- TASK INPUT -
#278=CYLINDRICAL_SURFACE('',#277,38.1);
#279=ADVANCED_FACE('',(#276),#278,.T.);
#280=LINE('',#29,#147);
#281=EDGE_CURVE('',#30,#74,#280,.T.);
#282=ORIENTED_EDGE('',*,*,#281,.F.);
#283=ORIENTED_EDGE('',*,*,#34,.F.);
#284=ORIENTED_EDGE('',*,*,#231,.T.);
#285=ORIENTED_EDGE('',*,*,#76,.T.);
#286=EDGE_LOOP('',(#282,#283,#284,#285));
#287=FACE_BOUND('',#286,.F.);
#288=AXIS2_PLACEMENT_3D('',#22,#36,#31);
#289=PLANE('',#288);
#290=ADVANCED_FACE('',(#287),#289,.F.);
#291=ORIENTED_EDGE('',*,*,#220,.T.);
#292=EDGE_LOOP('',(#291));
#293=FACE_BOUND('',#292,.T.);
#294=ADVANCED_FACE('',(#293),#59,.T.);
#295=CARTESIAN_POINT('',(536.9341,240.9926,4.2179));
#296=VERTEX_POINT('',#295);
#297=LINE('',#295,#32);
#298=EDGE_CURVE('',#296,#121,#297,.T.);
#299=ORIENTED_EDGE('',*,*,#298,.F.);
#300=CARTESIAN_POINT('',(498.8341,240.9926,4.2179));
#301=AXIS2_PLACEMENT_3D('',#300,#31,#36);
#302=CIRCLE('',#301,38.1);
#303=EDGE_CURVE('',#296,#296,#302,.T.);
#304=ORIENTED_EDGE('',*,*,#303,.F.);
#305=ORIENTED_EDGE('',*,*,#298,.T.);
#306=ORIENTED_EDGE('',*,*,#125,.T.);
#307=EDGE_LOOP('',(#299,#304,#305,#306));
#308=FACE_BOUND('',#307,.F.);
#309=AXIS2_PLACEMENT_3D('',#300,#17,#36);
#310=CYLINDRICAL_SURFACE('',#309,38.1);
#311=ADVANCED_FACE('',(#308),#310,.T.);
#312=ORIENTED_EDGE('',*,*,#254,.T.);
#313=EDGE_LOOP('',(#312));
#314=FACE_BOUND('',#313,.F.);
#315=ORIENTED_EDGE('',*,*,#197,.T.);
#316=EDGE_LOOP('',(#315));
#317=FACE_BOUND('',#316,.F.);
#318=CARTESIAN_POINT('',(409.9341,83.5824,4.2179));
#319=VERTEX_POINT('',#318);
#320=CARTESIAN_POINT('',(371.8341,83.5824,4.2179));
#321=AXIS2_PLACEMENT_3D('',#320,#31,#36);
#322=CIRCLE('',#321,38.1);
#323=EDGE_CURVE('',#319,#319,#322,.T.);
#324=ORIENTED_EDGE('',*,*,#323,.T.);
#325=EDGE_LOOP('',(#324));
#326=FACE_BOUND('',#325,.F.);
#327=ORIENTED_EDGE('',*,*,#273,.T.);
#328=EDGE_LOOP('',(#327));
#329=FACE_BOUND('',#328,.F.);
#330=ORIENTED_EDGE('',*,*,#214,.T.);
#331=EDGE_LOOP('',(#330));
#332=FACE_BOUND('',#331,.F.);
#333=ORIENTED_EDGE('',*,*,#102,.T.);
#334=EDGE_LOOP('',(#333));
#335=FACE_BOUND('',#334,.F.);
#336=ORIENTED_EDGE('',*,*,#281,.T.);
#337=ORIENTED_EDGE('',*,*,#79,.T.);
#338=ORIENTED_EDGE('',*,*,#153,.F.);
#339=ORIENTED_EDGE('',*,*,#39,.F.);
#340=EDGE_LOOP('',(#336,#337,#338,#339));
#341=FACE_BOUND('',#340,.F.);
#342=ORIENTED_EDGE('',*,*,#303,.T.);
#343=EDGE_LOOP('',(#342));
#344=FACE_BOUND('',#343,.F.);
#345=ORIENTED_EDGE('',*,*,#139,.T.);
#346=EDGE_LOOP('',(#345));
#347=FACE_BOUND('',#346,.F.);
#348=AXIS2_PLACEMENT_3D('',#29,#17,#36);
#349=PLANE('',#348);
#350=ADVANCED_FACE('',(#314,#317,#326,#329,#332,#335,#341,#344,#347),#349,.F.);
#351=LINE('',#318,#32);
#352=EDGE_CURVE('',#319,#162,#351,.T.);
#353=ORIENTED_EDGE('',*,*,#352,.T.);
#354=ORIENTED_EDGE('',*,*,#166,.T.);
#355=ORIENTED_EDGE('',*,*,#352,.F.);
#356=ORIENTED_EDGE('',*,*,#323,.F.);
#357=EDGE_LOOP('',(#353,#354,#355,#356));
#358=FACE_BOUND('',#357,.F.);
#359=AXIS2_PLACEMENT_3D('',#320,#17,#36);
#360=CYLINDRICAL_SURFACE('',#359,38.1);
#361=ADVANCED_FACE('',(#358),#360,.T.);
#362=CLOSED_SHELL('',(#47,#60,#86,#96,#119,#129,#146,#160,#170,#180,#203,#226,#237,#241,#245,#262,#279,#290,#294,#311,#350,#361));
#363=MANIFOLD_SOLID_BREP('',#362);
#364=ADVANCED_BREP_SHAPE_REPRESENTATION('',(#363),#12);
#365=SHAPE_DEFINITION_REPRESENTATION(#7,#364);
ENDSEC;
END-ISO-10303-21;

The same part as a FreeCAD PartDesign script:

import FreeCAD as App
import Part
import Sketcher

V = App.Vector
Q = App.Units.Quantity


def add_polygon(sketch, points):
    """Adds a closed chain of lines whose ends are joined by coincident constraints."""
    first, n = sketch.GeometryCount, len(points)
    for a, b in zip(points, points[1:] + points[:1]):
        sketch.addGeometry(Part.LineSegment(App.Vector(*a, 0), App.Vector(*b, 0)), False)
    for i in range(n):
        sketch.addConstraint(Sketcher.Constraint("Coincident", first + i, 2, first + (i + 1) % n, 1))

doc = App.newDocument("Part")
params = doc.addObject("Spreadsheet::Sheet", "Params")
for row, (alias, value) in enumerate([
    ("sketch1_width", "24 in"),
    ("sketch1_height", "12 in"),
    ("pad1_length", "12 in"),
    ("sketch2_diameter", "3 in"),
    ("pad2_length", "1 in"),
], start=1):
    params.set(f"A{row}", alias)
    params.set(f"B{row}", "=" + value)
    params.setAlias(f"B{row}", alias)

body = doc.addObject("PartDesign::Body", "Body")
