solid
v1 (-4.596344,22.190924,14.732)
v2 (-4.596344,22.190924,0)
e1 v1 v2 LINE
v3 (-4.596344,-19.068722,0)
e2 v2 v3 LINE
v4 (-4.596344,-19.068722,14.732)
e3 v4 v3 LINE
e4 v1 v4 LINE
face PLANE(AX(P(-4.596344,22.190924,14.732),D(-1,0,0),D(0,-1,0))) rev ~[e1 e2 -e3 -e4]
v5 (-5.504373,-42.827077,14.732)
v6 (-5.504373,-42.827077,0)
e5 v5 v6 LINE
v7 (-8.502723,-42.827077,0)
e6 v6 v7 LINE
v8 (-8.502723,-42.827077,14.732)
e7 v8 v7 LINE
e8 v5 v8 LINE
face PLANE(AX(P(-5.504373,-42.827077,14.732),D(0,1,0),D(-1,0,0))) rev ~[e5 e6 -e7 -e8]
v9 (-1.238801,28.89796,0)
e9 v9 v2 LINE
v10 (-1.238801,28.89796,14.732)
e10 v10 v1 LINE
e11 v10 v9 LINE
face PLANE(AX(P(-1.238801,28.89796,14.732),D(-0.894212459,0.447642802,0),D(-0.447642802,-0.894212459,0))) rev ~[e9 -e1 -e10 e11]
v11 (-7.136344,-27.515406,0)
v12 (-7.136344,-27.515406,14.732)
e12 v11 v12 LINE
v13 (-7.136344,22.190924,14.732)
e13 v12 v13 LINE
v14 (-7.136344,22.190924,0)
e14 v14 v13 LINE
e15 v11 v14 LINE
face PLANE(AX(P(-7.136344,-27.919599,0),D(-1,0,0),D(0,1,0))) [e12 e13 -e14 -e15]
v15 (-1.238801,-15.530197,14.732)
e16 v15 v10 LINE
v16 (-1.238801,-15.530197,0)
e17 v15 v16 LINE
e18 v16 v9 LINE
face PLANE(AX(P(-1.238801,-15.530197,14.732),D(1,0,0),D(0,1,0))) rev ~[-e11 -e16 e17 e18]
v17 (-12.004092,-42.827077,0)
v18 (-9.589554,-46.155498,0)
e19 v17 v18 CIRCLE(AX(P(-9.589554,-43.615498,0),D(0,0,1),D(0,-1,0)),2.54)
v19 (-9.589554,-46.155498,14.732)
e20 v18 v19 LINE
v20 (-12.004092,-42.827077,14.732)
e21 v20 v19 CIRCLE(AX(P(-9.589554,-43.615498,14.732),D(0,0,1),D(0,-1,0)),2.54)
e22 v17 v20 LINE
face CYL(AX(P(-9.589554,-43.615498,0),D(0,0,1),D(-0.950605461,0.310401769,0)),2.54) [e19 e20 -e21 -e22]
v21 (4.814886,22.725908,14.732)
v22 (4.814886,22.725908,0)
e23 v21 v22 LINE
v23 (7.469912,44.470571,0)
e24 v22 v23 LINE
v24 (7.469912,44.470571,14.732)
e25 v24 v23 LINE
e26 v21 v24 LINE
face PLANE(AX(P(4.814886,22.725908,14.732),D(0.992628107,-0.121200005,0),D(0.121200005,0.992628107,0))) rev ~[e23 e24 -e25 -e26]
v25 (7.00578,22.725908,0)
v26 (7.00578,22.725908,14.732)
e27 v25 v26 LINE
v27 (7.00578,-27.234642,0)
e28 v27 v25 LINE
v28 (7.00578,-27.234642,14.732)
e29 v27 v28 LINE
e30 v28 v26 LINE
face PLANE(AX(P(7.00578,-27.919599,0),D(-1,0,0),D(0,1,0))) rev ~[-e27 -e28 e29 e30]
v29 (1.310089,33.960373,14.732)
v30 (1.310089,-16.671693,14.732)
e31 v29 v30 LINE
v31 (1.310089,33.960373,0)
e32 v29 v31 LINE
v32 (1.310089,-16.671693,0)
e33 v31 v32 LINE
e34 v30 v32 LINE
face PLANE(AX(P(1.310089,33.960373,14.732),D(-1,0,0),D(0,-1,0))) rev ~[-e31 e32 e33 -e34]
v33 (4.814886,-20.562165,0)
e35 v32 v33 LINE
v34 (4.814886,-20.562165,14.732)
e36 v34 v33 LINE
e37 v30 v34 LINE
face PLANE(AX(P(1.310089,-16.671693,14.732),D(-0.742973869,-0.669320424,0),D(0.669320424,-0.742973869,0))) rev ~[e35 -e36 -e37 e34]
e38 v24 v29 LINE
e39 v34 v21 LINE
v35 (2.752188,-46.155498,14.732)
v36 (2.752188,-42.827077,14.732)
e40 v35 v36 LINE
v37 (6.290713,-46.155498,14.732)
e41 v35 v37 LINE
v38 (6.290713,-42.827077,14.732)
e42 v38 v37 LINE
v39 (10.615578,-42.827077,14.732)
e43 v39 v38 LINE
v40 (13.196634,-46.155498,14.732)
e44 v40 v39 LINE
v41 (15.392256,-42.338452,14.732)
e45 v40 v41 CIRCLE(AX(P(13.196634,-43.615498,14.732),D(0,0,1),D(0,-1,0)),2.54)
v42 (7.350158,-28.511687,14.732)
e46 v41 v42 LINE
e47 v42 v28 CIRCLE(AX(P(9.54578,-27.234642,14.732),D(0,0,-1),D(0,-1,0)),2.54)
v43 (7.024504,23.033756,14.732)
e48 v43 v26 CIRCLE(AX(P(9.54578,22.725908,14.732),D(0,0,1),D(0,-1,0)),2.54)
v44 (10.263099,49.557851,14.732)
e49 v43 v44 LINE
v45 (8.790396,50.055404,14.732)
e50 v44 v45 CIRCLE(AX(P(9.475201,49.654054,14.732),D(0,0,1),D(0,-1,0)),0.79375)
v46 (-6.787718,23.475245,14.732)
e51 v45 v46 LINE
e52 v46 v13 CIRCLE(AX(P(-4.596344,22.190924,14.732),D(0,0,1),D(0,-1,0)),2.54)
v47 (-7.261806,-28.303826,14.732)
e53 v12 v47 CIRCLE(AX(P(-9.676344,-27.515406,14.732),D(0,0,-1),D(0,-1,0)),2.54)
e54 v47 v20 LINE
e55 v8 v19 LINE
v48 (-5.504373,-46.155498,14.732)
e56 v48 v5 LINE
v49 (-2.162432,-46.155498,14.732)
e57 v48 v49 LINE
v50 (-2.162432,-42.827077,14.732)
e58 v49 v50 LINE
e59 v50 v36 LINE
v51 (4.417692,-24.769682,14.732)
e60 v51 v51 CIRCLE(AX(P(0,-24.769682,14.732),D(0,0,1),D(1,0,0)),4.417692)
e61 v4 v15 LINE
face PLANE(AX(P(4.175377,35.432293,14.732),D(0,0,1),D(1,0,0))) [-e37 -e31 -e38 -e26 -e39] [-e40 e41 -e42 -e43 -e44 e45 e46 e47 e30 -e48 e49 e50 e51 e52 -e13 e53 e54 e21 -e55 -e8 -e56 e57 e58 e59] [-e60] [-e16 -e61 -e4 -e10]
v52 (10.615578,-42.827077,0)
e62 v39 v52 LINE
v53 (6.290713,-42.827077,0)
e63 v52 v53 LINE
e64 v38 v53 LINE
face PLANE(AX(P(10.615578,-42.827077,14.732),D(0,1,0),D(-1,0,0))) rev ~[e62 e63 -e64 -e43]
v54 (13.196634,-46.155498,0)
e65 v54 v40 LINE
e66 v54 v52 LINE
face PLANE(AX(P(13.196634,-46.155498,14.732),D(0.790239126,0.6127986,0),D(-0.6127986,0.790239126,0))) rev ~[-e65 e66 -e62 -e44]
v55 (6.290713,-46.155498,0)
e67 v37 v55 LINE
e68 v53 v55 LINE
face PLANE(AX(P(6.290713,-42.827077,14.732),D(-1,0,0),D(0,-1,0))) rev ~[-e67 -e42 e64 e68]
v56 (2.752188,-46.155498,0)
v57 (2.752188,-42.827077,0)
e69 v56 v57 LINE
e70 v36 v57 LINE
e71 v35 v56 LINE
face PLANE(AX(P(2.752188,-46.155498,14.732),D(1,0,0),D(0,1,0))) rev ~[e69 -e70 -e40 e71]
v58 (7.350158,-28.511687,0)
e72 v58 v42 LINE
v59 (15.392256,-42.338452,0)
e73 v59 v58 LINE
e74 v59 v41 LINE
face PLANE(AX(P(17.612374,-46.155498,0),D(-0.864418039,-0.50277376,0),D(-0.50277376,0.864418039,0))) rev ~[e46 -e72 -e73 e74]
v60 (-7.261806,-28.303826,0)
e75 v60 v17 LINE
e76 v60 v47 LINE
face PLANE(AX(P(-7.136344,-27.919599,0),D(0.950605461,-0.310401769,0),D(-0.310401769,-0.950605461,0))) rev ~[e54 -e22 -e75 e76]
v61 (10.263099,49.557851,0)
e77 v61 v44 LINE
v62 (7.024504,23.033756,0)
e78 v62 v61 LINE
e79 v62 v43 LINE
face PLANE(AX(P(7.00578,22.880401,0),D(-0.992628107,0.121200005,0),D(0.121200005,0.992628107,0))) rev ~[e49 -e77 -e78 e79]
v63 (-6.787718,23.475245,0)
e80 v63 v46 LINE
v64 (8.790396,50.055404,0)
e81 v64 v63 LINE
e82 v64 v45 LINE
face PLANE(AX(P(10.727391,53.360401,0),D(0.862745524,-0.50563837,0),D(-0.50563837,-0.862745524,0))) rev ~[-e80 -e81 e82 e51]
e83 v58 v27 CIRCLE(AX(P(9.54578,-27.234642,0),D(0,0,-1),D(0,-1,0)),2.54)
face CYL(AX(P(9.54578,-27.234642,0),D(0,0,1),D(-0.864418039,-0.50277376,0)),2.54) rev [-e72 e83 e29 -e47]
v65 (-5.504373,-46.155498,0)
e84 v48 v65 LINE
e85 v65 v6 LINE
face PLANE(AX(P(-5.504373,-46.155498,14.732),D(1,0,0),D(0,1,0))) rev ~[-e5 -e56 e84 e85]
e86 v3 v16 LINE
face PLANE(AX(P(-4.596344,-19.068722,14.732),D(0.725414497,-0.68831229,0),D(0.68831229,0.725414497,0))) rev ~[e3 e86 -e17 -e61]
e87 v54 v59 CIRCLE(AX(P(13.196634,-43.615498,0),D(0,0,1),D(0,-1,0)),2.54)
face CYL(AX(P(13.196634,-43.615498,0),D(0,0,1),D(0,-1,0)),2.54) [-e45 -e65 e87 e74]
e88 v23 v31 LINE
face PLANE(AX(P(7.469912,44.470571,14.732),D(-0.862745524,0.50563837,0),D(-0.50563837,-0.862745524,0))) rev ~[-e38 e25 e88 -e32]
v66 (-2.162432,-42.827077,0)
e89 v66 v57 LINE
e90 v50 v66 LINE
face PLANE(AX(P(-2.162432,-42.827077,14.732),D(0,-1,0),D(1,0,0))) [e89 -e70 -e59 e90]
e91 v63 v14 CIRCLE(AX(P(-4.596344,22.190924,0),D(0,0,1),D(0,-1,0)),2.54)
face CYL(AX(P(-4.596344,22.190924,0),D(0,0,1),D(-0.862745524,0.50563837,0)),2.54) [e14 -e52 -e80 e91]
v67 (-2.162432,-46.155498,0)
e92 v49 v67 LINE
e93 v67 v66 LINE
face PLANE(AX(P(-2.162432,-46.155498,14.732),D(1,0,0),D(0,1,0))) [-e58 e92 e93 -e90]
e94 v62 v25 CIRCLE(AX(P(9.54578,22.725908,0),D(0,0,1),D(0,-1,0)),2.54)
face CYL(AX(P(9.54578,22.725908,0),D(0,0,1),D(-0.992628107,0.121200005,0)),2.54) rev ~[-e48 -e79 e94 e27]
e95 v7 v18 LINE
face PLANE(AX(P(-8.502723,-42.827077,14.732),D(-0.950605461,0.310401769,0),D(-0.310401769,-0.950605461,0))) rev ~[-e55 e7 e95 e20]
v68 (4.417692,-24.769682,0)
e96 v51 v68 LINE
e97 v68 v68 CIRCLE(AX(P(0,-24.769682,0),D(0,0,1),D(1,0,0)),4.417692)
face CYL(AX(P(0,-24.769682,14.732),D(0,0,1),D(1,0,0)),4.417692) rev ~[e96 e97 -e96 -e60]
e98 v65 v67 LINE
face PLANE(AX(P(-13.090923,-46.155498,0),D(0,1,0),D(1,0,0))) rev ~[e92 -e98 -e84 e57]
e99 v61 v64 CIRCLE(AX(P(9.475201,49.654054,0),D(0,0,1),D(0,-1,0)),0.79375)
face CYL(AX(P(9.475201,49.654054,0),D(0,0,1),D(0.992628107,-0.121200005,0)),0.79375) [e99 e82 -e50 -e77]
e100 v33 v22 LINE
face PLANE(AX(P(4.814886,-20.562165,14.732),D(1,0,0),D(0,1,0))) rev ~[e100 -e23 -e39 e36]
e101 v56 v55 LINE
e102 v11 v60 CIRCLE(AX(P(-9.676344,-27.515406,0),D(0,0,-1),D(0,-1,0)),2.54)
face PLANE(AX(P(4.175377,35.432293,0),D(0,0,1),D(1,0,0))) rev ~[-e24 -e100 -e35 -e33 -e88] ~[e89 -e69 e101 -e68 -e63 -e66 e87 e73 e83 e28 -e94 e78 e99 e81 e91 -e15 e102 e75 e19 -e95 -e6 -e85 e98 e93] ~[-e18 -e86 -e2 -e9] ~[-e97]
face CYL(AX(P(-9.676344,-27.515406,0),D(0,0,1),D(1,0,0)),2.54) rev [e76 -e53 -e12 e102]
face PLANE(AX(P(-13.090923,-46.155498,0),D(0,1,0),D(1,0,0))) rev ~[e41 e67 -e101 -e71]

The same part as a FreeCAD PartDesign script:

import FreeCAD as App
import Part
import Sketcher

V = App.Vector
Q = App.Units.Quantity


def edges_at(feature, points):
    """Names of the edges that pass closest to the given points."""
    edges = feature.Shape.Edges
    near = lambda p: min(range(len(edges)), key=lambda i: edges[i].distToShape(Part.Vertex(*p))[0])
    return sorted({f"Edge{near(p) + 1}" for p in points})

doc = App.newDocument("Part")
params = doc.addObject("Spreadsheet::Sheet", "Params")
for row, (alias, value) in enumerate([
    ("sketch1_height", "2 in"),
    ("pad1_length", "0.58 in"),
    ("fillet_radius", "0.1 in"),
    ("fillet2_radius", "0.03125 in"),
    ("pocket1_length", "1.5 in"),
], start=1):
    params.set(f"A{row}", alias)
    params.set(f"B{row}", "=" + value)
    params.setAlias(f"B{row}", alias)

body = doc.addObject("PartDesign::Body", "Body")

sketch1 = body.newObject("Sketcher::SketchObject", "Sketch")
sketch1.AttachmentSupport = (doc.getObject("XY_Plane"), [""])
sketch1.MapMode = "FlatFace"
sketch1.addGeometry([
    Part.LineSegment(V(7, 23, 0), V(11, 53, 0)),
    Part.LineSegment(V(11, 53, 0), V(-7, 23, 0)),
    Part.LineSegment(V(-7, 23, 0), V(-7, -28, 0)),
    Part.LineSegment(V(-7, -28, 0), V(-13, -46, 0)),
    Part.LineSegment(V(-13, -46, 0), V(18, -46, 0)),
    Part.LineSegment(V(18, -46, 0), V(7, -28, 0)),
    Part.LineSegment(V(7, -28, 0), V(7, 23, 0)),
], False)
sketch1.addConstraint([
    Sketcher.Constraint("Coincident", 0, 2, 1, 1),
    Sketcher.Constraint("Coincident", 1, 2, 2, 1),
    Sketcher.Constraint("Coincident", 2, 2, 3, 1),
    Sketcher.Constraint("Coincident", 3, 2, 4, 1),
    Sketcher.Constraint("Coincident", 4, 2, 5, 1),
    Sketcher.Constraint("Coincident", 5, 2, 6, 1),
    Sketcher.Constraint("Coincident", 6, 2, 0, 1),
    Sketcher.Constraint("Vertical", 2),
    Sketcher.Constraint("Horizontal", 4),
    Sketcher.Constraint("Vertical", 6),
    Sketcher.Constraint("Horizontal", 2, 2, 5, 2),
    Sketcher.Constraint("Horizontal", 1, 2, 6, 2),
    Sketcher.Constraint("DistanceY", 2, 2, 2, 1, Q("2 in")),
    Sketcher.Constraint("DistanceY", 1, 2, 0, 2, Q("1.2 in")),
    Sketcher.Constraint("DistanceY", -1, 1, 0, 2, Q("53.360401 mm")),
    Sketcher.Constraint("DistanceY", 3, 2, 2, 2, Q("18.235899 mm")),
    Sketcher.Constraint("DistanceX", 4, 1, 4, 2, Q("30.703297 mm")),
    Sketcher.Constraint("DistanceX", -1, 1, 0, 2, Q("10.727391 mm")),
    Sketcher.Constraint("DistanceX", -1, 1, 5, 2, Q("7.00578 mm")),
    Sketcher.Constraint("DistanceX", 3, 2, 2, 2, Q("5.954579 mm")),
    Sketcher.Constraint("Distance", 1, Q("35.329073 mm")),
])
sketch1.setExpression("Constraints[12]", "Params.sketch1_height")
pad1 = body.newObject("PartDesign::Pad", "Pad")
pad1.Profile = sketch1
pad1.setExpression("Length", "Params.pad1_length")
doc.recompute()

- EXERCISE REQUIREMENTS -
Starting from the first line of the records above, retype each line exactly up to and including the one that contains "#298=EDGE_CURVE('',#296,#121,#297,.T.);", and nothing more.

- COMPLETED EXERCISE -
#278=CYLINDRICAL_SURFACE('',#277,38.1);
#279=ADVANCED_FACE('',(#276),#278,.T.);
#280=LINE('',#29,#147);
#281=EDGE_CURVE('',#30,#74,#280,.T.);
#282=ORIENTED_EDGE('',*,*,#281,.F.);
#283=ORIENTED_EDGE('',*,*,#34,.F.);
#284=ORIENTED_EDGE('',*,*,#231,.T.);
#285=ORIENTED_EDGE('',*,*,#76,.T.);
#286=EDGE_LOOP('',(#282,#283,#284,#285));
#287=FACE_BOUND('',#286,.F.);
#288=AXIS2_PLACEMENT_3D('',#22,#36,#31);
#289=PLANE('',#288);
#290=ADVANCED_FACE('',(#287),#289,.F.);
#291=ORIENTED_EDGE('',*,*,#220,.T.);
#292=EDGE_LOOP('',(#291));
#293=FACE_BOUND('',#292,.T.);
#294=ADVANCED_FACE('',(#293),#59,.T.);
#295=CARTESIAN_POINT('',(536.9341,240.9926,4.2179));
#296=VERTEX_POINT('',#295);
#297=LINE('',#295,#32);
#298=EDGE_CURVE('',#296,#121,#297,.T.);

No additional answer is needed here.